Hard Drive: sticking with my 80GB Maxtor IDE

I'm going to dump my current stuff into this case but the next big items to get will be the Motherboard, Processor and RAM.

After that I'll get a new video and audio card and that's about all I Can think of for now.

I'm trying to keep it all well under 1 grand. I thought I'd track my progress here and if anyone has any input one way or the other it's appreciated. I've always been an Intel guy but the AMD's are lookin pretty good now too.

Anyone have a preference?


----------



## PeachMonkey (Nov 13, 2004)

MisterMike said:
			
		

> I'm trying to keep it all well under 1 grand. I thought I'd track my progress here and if anyone has any input one way or the other it's appreciated. I've always been an Intel guy but the AMD's are lookin pretty good now too.



I like to start with the reviews and recommendations at Ars Technica.  For instance, check out the "Budget Box" from their buyer's guide:

http://arstechnica.com/guides/buyer/system-09-21-2004.ars/2

For price-to-performance ratio, AMD is really the leader.


----------



## Chronuss (Nov 13, 2004)

some of the new Intels with the 800mhz bus and one meg of cache look very appealing.  combine that with a few sticks of DDR running at 400mhz, and that'd be a nice machine.  or if you really wanna splurge, I'd grab two sticks runnin' at 533...just make sure your board can handle it.


----------



## Cryozombie (Nov 14, 2004)

MisterMike said:
			
		

> I'm trying to keep it all well under 1 grand.
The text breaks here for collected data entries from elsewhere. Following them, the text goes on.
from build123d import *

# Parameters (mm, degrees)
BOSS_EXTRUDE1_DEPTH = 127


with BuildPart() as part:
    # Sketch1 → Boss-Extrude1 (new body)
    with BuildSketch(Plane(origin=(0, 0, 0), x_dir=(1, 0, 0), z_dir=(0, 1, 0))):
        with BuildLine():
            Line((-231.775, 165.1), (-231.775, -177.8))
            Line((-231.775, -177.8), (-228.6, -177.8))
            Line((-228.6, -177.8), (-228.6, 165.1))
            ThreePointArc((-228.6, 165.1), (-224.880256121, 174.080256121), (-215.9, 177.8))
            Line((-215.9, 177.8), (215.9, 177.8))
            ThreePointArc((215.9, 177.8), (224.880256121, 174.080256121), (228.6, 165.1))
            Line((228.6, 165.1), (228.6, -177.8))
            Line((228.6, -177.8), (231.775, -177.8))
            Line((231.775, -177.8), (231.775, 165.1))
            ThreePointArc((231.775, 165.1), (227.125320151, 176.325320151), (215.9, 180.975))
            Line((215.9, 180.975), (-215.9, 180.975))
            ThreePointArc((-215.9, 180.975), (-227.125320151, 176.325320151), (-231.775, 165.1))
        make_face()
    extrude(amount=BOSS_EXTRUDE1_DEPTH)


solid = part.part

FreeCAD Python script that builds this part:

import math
import FreeCAD as App
import Part
import Sketcher
from FreeCAD import Vector
Q = App.Units.Quantity

doc = App.newDocument("Part")
body = doc.addObject("PartDesign::Body", "Body")

# Sketch on XZ plane
sketch1 = body.newObject("Sketcher::SketchObject", "Sketch")
sketch1.AttachmentSupport = (doc.getObject("XZ_Plane"), [""])
sketch1.MapMode = "FlatFace"
sketch1.addGeometry([
    Part.LineSegment(Vector(-231.8, -165.1, 0), Vector(-231.8, 177.8, 0)),  # 0
    Part.LineSegment(Vector(-231.8, 177.8, 0), Vector(-228.6, 177.8, 0)),  # 1
    Part.LineSegment(Vector(-228.6, 177.8, 0), Vector(-228.6, -165.1, 0)),  # 2
    Part.ArcOfCircle(Part.Circle(Vector(-215.9, -165.1, 0), Vector(0, 0, 1), 12.7), math.radians(180), math.radians(270)),  # 3
    Part.LineSegment(Vector(-215.9, -177.8, 0), Vector(215.9, -177.8, 0)),  # 4
    Part.ArcOfCircle(Part.Circle(Vector(215.9, -165.1, 0), Vector(0, 0, 1), 12.7), math.radians(-90), math.radians(0)),  # 5
    Part.LineSegment(Vector(228.6, -165.1, 0), Vector(228.6, 177.8, 0)),  # 6
    Part.LineSegment(Vector(228.6, 177.8, 0), Vector(231.8, 177.8, 0)),  # 7
    Part.LineSegment(Vector(231.8, 177.8, 0), Vector(231.8, -165.1, 0)),  # 8
    Part.ArcOfCircle(Part.Circle(Vector(215.9, -165.1, 0), Vector(0, 0, 1), 15.9), math.radians(-90), math.radians(0)),  # 9
    Part.LineSegment(Vector(215.9, -181, 0), Vector(-215.9, -181, 0)),  # 10
    Part.ArcOfCircle(Part.Circle(Vector(-215.9, -165.1, 0), Vector(0, 0, 1), 15.9), math.radians(-180), math.radians(-90)),  # 11
], False)
sketch1.addConstraint([
    Sketcher.Constraint("Coincident", 0, 2, 1, 1),
    Sketcher.Constraint("Coincident", 1, 2, 2, 1),
    Sketcher.Constraint("Tangent", 2, 2, 3, 1),
    Sketcher.Constraint("Tangent", 3, 2, 4, 1),
    Sketcher.Constraint("Tangent", 4, 2, 5, 1),
    Sketcher.Constraint("Tangent", 5, 2, 6, 1),
    Sketcher.Constraint("Coincident", 6, 2, 7, 1),
    Sketcher.Constraint("Coincident", 7, 2, 8, 1),
    Sketcher.Constraint("Tangent", 8, 2, 9, 2),
    Sketcher.Constraint("Tangent", 9, 1, 10, 1),
    Sketcher.Constraint("Tangent", 10, 2, 11, 2),
    Sketcher.Constraint("Tangent", 11, 1, 0, 1),
    Sketcher.Constraint("Vertical", 0),
    Sketcher.Constraint("Horizontal", 1),
    Sketcher.Constraint("Vertical", 2),
    Sketcher.Constraint("Horizontal", 4),
    Sketcher.Constraint("Vertical", 6),
    Sketcher.Constraint("Horizontal", 7),
    Sketcher.Constraint("Vertical", 8),
    Sketcher.Constraint("Horizontal", 10),
    Sketcher.Constraint("Coincident", 9, 3, 5, 3),
    Sketcher.Constraint("Coincident", 11, 3, 3, 3),
    Sketcher.Constraint("Equal", 3, 5),
    Sketcher.Constraint("Symmetric", 1, 2, 6, 2, -2),
    Sketcher.Constraint("Radius", 3, Q("0.5 in")),
    Sketcher.Constraint("DistanceX", 4, 1, 4, 2, Q("17 in")),
    Sketcher.Constraint("DistanceY", 0, 1, 0, 2, Q("13.5 in")),
    Sketcher.Constraint("DistanceY", -1, 1, 0, 2, Q("7 in")),
    Sketcher.Constraint("Radius", 9, Q("0.625 in")),
])
pad1 = body.newObject("PartDesign::Pad", "Pad")
pad1.Profile = sketch1
pad1.Length = Q("5 in")
pad1.Reversed = True

doc.recompute()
I thought I'd track my progress here and if anyone has any input one way or the other it's appreciated.


 www.pricewatch.com

 A little bit of a pain to navagate, but i found some killer deals there when I built my last box.


----------



## MisterMike (Nov 14, 2004)

Thanks all,

A co-worker of mine is always on the ARS site. I used to be a big fan of Tom's Hardware.com for reviews and performance charts between processors.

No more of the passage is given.